> _WHAT THIS TASK INVOLVES_
Give again, word for word, every line below from the one that has "v -35.192 1.951 0" through the one that has "v -35.192 -1.951 35", both included, and no others.

Saved data entries
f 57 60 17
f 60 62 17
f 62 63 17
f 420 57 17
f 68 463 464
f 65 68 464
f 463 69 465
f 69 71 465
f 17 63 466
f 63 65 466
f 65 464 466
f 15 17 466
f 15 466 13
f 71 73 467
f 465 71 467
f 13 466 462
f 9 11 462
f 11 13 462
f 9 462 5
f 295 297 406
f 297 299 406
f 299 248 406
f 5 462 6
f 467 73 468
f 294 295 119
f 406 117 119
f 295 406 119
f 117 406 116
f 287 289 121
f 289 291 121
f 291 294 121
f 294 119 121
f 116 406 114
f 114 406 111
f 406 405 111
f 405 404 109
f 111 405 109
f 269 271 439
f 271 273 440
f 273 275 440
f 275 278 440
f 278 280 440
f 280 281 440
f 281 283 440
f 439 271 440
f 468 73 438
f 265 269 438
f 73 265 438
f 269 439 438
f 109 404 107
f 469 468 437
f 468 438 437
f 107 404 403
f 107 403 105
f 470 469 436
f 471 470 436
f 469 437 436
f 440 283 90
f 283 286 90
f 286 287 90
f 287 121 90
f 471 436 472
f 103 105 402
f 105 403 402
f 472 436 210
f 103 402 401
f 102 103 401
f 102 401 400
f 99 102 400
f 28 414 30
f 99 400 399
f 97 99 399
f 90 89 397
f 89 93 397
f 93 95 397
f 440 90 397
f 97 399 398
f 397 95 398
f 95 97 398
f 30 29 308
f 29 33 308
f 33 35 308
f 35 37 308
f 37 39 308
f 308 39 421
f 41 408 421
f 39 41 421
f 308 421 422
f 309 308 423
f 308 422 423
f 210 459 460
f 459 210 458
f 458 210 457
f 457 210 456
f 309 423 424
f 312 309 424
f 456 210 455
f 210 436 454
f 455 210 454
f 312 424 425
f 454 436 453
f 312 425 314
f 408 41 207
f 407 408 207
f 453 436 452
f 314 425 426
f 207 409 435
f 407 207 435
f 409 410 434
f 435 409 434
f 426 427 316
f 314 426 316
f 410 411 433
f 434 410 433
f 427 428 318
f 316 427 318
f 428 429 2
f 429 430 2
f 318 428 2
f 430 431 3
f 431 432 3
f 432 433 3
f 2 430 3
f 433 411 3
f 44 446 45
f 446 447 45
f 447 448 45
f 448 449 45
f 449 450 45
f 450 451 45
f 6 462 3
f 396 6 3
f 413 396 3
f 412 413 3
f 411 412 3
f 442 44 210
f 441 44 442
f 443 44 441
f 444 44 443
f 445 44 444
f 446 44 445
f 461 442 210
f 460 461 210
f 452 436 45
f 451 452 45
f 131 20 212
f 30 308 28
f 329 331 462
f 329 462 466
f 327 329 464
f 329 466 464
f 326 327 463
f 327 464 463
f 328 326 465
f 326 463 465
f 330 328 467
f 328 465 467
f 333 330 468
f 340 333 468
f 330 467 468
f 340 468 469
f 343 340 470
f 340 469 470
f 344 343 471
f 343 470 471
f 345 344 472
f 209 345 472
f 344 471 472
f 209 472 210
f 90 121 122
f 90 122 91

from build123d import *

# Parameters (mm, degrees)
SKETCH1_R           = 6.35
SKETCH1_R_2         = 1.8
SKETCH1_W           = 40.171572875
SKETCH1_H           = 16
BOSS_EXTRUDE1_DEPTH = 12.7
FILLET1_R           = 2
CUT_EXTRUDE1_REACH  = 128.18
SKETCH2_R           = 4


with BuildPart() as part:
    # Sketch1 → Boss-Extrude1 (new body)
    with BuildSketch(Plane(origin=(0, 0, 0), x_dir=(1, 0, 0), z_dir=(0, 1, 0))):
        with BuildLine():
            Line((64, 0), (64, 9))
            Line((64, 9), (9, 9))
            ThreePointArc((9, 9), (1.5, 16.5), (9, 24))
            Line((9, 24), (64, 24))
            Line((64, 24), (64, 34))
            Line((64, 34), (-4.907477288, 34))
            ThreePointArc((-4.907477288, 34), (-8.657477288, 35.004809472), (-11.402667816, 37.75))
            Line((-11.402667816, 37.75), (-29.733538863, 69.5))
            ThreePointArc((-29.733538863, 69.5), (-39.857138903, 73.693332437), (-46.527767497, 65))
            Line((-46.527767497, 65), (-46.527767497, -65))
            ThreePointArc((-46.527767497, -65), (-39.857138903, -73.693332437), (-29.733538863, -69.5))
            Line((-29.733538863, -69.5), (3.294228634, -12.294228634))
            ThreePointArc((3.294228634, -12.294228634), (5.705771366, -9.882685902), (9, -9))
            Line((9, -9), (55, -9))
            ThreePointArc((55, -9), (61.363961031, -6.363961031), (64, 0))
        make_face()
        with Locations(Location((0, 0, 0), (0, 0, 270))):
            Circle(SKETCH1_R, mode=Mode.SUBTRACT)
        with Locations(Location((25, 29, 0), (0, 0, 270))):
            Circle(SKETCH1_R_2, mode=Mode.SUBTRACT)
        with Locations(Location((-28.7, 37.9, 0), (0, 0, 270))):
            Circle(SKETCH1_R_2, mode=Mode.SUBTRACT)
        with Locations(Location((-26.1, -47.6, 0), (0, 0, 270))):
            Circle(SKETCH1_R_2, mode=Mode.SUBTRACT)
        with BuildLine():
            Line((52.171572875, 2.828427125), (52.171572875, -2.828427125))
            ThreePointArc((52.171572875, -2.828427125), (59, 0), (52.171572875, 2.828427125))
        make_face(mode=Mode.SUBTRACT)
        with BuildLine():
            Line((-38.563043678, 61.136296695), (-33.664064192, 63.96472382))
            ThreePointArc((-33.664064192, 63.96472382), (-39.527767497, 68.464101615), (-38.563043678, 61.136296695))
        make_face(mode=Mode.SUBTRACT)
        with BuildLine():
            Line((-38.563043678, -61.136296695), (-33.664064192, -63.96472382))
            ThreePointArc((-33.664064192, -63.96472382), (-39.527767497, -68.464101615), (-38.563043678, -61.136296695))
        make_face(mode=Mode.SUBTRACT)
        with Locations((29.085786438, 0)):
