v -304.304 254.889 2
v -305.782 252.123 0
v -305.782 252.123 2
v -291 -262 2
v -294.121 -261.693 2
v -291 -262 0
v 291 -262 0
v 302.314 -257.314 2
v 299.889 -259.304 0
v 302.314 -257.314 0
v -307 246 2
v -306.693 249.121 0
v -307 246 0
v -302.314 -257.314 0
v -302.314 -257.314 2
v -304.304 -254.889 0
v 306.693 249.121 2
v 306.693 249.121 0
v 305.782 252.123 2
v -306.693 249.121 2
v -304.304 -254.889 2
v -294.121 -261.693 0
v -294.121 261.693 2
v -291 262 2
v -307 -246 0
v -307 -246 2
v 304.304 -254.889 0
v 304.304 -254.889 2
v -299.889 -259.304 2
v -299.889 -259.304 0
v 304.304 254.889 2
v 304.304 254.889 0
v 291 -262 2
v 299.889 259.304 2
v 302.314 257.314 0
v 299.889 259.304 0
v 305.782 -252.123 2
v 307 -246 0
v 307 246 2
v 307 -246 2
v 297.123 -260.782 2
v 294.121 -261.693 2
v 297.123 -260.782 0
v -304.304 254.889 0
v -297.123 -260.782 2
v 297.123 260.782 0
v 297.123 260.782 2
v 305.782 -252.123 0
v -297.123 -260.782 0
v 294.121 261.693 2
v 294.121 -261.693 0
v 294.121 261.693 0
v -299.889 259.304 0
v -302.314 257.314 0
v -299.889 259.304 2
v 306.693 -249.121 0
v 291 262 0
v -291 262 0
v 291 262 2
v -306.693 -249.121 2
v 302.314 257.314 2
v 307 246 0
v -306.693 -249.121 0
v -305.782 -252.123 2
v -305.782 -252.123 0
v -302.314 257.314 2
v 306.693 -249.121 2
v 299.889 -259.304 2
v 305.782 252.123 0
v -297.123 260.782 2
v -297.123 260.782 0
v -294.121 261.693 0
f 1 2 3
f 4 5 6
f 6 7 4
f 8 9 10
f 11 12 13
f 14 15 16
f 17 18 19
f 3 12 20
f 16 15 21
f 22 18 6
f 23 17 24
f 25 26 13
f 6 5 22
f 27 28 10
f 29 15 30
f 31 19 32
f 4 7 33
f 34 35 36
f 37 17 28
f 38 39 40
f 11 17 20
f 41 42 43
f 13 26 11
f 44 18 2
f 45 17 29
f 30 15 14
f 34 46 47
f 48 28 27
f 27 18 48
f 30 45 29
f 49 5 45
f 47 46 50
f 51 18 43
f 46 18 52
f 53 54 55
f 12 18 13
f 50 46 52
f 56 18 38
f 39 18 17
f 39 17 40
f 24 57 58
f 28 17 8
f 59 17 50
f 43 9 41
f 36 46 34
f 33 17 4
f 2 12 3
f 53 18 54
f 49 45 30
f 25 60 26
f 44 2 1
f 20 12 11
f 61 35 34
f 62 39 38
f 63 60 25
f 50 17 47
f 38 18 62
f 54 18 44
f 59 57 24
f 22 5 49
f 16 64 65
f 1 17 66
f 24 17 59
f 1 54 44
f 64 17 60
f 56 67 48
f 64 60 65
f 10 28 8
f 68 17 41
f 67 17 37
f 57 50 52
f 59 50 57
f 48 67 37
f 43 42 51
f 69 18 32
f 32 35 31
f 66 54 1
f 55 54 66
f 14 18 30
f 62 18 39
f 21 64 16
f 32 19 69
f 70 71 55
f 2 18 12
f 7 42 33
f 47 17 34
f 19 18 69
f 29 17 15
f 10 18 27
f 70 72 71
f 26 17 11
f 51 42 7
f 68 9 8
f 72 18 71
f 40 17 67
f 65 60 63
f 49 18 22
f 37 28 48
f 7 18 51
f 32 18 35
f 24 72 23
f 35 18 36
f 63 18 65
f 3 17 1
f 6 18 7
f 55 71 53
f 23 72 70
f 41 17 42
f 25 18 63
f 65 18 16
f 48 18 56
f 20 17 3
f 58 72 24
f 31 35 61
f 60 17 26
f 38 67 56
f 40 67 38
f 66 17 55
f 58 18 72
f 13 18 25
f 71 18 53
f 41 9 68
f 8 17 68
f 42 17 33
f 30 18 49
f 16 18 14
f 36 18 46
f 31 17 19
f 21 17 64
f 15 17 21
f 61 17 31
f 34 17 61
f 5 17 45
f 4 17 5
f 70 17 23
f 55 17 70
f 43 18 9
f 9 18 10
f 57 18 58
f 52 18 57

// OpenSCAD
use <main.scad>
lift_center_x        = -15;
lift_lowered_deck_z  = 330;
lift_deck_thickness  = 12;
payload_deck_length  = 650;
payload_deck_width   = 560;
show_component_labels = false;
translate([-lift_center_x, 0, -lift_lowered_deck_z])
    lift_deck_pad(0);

==

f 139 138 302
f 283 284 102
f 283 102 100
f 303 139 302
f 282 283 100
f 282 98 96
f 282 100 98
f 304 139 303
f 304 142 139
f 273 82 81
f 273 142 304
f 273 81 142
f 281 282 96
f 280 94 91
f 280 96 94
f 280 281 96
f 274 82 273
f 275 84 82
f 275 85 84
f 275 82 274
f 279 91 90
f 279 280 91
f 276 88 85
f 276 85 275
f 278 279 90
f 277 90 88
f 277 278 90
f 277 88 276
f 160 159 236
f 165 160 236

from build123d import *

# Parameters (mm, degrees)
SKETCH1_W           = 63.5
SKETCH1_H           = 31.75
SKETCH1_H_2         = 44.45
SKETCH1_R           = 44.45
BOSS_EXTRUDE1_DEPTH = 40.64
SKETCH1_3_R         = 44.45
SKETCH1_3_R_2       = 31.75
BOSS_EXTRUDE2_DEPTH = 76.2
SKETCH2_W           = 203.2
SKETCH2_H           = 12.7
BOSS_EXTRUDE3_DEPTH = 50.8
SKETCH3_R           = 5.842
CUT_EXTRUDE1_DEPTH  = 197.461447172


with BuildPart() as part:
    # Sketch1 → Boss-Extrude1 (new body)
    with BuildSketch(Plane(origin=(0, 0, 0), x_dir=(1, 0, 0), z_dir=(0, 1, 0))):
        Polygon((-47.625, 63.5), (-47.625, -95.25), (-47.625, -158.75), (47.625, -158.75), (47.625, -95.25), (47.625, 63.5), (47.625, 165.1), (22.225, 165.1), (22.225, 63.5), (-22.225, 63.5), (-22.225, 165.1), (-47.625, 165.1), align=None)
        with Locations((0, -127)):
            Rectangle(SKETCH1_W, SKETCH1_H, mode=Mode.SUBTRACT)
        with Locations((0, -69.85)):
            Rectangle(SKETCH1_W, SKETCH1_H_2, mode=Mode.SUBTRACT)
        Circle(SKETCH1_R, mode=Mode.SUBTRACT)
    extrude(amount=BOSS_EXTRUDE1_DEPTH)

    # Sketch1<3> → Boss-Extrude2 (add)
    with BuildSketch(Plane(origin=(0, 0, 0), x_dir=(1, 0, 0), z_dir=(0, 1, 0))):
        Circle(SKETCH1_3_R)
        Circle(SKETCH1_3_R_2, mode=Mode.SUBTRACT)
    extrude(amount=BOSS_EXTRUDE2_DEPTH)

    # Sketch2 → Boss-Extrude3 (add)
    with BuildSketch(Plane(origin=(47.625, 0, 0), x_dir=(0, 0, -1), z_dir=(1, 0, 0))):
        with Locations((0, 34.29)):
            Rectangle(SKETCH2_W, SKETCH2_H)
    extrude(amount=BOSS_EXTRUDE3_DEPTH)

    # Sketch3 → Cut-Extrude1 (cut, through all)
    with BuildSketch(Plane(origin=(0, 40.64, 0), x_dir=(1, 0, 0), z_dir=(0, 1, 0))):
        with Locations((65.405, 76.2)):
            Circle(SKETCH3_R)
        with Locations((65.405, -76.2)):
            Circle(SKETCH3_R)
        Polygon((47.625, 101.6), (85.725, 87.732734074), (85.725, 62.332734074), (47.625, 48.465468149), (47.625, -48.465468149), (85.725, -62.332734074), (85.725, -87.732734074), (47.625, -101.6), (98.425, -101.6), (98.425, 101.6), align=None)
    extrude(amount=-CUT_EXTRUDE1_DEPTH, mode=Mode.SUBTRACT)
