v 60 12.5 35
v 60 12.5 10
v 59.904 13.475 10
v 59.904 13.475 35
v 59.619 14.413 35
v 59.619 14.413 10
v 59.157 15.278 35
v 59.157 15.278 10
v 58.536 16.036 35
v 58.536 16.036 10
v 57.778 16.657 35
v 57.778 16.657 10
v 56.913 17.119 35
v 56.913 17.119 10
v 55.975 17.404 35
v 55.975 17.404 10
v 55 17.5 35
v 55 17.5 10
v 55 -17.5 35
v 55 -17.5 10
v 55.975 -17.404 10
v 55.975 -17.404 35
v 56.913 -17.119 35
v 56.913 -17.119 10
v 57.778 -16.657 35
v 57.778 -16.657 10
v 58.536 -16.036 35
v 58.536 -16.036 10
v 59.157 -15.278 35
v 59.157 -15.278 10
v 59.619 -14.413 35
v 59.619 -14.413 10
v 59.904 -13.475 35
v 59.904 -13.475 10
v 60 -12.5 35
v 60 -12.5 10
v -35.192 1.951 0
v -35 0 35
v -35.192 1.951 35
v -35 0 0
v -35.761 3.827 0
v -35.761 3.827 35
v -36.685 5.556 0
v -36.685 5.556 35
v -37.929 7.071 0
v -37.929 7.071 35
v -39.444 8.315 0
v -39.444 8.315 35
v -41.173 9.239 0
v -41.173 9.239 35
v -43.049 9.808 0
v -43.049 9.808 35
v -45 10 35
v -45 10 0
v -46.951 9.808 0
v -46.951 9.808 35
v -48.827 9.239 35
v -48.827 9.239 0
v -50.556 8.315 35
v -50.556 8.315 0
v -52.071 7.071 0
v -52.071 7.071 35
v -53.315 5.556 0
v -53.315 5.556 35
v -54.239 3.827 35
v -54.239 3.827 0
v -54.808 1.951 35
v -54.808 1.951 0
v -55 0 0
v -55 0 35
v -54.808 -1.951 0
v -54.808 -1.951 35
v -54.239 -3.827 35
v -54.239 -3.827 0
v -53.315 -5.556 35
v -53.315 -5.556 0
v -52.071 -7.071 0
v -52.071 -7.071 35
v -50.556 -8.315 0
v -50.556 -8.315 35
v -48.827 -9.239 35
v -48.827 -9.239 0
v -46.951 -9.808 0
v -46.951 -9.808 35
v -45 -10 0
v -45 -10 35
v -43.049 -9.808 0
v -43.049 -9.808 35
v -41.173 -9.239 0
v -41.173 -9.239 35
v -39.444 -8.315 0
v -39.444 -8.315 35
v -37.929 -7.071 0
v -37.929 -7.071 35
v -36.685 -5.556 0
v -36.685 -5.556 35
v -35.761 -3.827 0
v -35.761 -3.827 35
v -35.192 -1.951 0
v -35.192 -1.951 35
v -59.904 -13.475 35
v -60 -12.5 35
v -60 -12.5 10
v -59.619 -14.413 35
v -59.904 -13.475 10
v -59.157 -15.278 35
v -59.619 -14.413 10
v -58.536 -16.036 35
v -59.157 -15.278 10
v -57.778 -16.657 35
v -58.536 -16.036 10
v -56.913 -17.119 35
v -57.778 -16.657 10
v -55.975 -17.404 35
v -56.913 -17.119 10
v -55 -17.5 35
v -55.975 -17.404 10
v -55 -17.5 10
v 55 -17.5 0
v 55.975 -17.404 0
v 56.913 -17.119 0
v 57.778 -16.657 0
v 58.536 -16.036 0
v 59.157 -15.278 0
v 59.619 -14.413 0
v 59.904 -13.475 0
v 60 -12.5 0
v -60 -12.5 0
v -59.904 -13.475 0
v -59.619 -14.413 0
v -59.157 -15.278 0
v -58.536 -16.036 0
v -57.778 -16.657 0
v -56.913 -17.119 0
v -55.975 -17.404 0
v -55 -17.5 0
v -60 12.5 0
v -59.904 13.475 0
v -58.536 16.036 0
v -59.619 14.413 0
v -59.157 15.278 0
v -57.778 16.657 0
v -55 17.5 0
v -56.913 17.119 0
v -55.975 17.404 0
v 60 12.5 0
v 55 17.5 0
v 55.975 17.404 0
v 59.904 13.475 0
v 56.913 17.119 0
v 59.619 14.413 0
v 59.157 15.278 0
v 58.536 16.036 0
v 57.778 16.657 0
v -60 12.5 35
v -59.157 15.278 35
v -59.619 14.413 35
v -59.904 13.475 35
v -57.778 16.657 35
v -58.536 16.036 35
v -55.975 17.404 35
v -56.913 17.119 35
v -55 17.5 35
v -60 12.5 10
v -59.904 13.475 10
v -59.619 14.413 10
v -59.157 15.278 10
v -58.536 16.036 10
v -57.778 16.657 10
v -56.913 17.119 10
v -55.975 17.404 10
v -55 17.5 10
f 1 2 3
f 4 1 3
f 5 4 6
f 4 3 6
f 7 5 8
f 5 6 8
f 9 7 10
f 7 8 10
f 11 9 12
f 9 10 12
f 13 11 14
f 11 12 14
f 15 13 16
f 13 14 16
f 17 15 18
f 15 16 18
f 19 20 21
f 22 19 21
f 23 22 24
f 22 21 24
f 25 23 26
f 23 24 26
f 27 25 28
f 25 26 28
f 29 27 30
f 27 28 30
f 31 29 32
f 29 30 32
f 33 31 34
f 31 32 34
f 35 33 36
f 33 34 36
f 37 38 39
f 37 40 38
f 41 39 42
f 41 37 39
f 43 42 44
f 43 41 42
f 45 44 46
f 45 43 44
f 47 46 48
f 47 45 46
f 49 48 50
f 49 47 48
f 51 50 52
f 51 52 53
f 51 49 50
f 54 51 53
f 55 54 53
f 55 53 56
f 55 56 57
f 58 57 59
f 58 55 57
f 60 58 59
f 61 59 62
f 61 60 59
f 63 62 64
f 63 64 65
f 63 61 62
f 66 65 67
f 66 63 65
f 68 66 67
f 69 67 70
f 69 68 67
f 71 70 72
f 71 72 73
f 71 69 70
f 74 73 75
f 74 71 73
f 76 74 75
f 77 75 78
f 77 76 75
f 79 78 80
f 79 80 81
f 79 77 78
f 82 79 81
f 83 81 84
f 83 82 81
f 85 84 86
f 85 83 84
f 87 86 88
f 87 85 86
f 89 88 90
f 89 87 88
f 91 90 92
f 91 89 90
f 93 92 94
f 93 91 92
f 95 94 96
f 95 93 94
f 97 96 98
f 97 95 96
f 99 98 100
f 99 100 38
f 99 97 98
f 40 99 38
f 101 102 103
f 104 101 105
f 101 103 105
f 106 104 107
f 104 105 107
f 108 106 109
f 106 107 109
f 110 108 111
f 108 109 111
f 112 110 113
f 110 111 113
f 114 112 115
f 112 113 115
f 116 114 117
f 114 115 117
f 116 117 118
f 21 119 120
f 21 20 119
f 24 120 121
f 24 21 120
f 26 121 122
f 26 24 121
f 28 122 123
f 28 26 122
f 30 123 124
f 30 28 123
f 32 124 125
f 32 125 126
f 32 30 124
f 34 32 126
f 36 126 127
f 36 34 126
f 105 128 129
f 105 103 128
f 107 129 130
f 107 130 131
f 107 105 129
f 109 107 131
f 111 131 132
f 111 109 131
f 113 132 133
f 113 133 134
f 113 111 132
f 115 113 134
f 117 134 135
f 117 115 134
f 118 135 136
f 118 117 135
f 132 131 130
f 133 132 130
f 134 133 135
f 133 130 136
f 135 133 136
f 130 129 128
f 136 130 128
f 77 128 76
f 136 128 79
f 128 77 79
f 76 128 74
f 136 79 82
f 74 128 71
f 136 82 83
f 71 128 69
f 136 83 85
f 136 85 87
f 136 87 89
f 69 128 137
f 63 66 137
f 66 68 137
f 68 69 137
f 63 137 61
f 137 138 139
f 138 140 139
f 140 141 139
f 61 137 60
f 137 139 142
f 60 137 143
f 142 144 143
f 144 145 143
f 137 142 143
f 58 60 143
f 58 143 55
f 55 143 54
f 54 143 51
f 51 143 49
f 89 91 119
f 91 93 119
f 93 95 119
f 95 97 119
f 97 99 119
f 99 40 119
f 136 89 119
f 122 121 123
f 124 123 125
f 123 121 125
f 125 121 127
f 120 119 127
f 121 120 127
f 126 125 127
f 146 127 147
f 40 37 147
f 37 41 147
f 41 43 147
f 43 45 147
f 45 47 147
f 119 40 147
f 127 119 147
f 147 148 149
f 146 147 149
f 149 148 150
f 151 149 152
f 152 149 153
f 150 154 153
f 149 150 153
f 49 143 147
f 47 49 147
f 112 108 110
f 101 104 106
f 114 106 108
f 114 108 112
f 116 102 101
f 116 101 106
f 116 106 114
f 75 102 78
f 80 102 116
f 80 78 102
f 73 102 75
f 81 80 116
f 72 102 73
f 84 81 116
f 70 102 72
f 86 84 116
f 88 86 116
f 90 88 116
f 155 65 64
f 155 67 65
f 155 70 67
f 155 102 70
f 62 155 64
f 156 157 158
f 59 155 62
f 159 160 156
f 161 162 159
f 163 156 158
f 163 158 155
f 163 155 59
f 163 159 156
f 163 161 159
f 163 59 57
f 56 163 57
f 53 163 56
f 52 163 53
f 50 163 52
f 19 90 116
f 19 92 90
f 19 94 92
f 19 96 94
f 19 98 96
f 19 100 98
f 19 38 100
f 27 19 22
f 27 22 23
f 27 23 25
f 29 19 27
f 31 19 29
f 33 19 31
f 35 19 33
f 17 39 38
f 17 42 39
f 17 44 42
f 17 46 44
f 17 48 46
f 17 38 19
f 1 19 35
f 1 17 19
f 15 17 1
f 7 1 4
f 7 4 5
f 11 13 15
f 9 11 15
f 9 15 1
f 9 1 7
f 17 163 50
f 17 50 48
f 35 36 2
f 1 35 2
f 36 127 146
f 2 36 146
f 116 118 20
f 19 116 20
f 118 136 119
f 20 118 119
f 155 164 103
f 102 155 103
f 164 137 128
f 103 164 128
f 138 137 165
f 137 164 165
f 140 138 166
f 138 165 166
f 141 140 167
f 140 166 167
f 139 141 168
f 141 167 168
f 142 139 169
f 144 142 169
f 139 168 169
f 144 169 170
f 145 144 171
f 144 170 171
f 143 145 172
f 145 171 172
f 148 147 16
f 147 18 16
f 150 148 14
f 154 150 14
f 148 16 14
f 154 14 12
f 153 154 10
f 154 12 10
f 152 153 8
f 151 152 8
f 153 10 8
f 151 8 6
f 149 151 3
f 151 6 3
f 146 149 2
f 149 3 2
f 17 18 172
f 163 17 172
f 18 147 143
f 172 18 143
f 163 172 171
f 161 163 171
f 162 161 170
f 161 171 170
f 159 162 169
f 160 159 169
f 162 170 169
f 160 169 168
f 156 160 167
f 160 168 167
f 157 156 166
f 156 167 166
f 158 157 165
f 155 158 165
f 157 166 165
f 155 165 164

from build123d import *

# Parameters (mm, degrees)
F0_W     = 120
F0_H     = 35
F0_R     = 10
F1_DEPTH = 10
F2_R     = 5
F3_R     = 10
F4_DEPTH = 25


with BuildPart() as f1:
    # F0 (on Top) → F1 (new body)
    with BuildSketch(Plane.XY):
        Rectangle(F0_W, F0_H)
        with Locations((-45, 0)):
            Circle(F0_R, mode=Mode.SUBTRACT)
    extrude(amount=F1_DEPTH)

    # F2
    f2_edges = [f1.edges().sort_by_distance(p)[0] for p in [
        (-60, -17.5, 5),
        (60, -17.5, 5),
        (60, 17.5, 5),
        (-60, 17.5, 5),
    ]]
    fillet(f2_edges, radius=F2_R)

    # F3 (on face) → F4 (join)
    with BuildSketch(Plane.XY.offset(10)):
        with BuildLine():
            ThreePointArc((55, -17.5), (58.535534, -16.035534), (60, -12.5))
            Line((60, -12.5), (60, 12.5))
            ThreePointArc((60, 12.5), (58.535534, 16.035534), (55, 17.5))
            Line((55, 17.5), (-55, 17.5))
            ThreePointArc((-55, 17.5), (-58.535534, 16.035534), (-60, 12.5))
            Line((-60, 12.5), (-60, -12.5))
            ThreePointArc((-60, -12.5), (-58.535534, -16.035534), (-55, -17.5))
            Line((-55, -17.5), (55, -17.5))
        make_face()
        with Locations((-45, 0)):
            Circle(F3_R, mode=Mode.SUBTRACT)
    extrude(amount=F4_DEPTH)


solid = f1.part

> _ANSWER SPACE_
v -35.192 1.951 0
v -35 0 35
v -35.192 1.951 35
v -35 0 0
v -35.761 3.827 0
v -35.761 3.827 35
v -36.685 5.556 0
v -36.685 5.556 35
v -37.929 7.071 0
v -37.929 7.071 35
v -39.444 8.315 0
v -39.444 8.315 35
v -41.173 9.239 0
v -41.173 9.239 35
v -43.049 9.808 0
v -43.049 9.808 35
v -45 10 35
v -45 10 0
v -46.951 9.808 0
v -46.951 9.808 35
v -48.827 9.239 35
v -48.827 9.239 0
v -50.556 8.315 35
v -50.556 8.315 0
v -52.071 7.071 0
v -52.071 7.071 35
v -53.315 5.556 0
v -53.315 5.556 35
v -54.239 3.827 35
v -54.239 3.827 0
v -54.808 1.951 35
v -54.808 1.951 0
v -55 0 0
v -55 0 35
v -54.808 -1.951 0
v -54.808 -1.951 35
v -54.239 -3.827 35
v -54.239 -3.827 0
v -53.315 -5.556 35
v -53.315 -5.556 0
v -52.071 -7.071 0
v -52.071 -7.071 35
v -50.556 -8.315 0
v -50.556 -8.315 35
v -48.827 -9.239 35
v -48.827 -9.239 0
v -46.951 -9.808 0
v -46.951 -9.808 35
v -45 -10 0
v -45 -10 35
v -43.049 -9.808 0
v -43.049 -9.808 35
v -41.173 -9.239 0
v -41.173 -9.239 35
v -39.444 -8.315 0
v -39.444 -8.315 35
v -37.929 -7.071 0
v -37.929 -7.071 35
v -36.685 -5.556 0
v -36.685 -5.556 35
v -35.761 -3.827 0
v -35.761 -3.827 35
v -35.192 -1.951 0
v -35.192 -1.951 35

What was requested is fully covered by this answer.